(DATA RECORDS)
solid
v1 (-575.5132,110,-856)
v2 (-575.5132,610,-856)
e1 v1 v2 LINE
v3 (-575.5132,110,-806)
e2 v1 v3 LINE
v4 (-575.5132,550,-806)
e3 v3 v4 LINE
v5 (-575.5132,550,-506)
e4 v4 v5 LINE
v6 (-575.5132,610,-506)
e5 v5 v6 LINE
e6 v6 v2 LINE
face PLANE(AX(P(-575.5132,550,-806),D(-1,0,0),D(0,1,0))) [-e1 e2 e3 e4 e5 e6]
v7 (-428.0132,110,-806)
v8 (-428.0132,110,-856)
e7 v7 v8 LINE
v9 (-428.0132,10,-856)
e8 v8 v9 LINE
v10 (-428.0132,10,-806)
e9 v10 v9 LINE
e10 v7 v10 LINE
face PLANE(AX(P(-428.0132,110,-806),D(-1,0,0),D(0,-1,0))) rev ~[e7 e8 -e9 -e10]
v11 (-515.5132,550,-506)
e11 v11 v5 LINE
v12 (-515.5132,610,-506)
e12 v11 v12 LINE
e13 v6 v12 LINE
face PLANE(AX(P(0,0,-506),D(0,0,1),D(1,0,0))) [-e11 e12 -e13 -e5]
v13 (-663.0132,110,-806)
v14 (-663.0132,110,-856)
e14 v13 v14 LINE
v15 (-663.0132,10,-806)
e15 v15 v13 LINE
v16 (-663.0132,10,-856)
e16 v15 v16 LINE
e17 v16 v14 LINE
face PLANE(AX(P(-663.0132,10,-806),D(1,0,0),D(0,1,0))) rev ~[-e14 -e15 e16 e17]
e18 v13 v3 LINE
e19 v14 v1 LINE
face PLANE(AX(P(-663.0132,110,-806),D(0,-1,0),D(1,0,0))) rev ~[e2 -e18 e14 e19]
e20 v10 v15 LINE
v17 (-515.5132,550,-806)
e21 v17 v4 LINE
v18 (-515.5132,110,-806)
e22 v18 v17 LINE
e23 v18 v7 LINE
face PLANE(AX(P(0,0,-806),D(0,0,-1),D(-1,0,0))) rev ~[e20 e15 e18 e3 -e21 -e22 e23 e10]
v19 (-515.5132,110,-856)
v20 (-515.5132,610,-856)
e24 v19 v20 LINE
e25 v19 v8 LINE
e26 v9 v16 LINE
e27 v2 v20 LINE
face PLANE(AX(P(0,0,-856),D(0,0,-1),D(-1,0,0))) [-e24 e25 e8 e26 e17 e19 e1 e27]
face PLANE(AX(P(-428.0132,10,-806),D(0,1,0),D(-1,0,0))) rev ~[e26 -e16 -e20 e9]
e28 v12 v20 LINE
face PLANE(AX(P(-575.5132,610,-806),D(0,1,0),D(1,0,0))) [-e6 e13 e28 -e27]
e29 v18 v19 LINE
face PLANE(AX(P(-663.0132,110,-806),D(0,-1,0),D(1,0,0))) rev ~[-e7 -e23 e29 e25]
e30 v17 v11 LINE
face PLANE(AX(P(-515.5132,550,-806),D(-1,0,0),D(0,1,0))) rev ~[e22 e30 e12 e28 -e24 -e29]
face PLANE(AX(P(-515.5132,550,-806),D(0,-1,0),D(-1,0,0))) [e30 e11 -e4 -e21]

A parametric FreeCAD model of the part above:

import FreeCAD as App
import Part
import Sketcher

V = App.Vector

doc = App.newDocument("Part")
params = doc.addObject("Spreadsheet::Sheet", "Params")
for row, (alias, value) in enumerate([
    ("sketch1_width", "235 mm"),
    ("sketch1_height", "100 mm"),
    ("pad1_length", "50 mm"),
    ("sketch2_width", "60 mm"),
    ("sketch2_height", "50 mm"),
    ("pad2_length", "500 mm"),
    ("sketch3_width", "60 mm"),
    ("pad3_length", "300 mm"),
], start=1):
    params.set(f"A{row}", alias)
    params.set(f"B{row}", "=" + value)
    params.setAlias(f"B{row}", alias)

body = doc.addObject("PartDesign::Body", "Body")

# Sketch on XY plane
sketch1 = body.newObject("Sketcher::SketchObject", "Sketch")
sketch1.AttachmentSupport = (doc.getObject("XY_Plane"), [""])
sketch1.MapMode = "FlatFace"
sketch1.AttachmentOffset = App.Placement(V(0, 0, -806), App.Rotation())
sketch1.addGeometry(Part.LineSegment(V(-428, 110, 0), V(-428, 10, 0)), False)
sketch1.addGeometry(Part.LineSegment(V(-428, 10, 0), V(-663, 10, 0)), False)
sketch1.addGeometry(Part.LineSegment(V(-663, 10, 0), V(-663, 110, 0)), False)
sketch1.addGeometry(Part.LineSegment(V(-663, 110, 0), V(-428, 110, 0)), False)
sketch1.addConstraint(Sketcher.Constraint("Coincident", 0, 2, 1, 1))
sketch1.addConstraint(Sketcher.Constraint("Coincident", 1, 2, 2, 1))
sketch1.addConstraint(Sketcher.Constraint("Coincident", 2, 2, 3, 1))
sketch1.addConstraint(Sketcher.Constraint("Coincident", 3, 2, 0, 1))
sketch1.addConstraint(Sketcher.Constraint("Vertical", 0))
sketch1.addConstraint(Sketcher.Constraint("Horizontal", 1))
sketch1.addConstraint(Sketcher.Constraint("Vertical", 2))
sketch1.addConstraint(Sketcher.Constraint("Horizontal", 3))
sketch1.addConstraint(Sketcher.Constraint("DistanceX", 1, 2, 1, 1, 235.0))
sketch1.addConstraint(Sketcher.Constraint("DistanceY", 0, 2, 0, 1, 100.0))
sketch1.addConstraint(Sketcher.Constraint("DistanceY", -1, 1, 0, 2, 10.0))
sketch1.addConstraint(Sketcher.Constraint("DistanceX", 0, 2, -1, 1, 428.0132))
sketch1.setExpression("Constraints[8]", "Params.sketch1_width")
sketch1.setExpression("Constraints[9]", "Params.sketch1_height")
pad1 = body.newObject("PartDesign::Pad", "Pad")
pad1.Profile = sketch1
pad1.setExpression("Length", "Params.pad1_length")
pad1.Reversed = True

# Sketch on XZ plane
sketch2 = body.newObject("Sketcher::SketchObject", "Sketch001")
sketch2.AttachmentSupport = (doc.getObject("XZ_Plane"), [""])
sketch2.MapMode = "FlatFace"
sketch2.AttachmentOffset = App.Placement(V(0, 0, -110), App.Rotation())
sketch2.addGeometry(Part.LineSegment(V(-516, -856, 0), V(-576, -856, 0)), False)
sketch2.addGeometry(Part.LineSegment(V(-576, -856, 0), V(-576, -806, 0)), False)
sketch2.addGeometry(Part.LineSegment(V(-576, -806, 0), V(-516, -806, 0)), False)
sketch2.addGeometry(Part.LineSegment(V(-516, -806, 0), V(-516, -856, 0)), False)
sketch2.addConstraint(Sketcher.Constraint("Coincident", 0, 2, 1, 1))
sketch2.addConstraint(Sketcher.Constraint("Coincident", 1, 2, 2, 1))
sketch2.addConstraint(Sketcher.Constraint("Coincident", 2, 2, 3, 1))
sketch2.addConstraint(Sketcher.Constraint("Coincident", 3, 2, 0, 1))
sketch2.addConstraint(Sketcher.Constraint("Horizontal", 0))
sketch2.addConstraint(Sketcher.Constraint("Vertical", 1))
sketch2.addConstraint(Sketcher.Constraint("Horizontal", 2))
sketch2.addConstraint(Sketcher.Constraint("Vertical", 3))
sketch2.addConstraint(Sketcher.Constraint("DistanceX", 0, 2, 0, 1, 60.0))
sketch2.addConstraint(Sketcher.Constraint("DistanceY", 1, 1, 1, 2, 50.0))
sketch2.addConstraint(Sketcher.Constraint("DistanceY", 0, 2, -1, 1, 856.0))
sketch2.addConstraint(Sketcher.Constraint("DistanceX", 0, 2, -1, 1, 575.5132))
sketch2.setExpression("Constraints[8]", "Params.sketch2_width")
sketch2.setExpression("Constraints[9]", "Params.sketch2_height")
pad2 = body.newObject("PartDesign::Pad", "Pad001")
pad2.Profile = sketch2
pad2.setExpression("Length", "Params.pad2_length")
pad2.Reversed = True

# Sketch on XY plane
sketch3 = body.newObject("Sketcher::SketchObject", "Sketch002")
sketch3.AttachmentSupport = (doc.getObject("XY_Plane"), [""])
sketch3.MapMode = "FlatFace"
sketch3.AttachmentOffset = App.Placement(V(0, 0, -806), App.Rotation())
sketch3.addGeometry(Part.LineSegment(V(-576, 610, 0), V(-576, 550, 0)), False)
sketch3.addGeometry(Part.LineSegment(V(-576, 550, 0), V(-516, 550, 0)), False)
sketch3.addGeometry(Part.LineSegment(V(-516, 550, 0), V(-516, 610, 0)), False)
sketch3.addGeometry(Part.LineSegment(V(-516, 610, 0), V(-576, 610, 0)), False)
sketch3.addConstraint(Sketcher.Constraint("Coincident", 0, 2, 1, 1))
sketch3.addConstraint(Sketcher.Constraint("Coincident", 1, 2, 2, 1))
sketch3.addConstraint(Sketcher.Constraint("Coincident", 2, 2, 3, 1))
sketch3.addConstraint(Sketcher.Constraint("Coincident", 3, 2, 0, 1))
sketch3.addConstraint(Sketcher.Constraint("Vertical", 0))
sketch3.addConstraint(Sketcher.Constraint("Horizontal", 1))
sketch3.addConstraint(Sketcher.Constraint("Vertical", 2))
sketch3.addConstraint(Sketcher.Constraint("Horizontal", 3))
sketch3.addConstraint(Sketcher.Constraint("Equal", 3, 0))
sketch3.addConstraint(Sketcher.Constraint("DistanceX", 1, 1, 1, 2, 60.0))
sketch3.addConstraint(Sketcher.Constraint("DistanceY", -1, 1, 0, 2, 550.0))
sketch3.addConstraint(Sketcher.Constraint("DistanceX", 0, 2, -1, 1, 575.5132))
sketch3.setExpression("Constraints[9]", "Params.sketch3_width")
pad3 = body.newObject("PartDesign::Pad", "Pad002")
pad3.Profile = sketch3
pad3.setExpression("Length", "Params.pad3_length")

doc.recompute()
(End DATA RECORDS)
**YOUR GOAL**
An exact, complete copy of the lines above from the one with "face PLANE(AX(P(-515.5132,550,-806),D(-1,0,0),D(0,1,0))) rev" through the one with "A parametric FreeCAD" is the whole answer.

**REPLY TO THE TASK**
face PLANE(AX(P(-515.5132,550,-806),D(-1,0,0),D(0,1,0))) rev ~[e22 e30 e12 e28 -e24 -e29]
face PLANE(AX(P(-515.5132,550,-806),D(0,-1,0),D(-1,0,0))) [e30 e11 -e4 -e21]

A parametric FreeCAD model of the part above:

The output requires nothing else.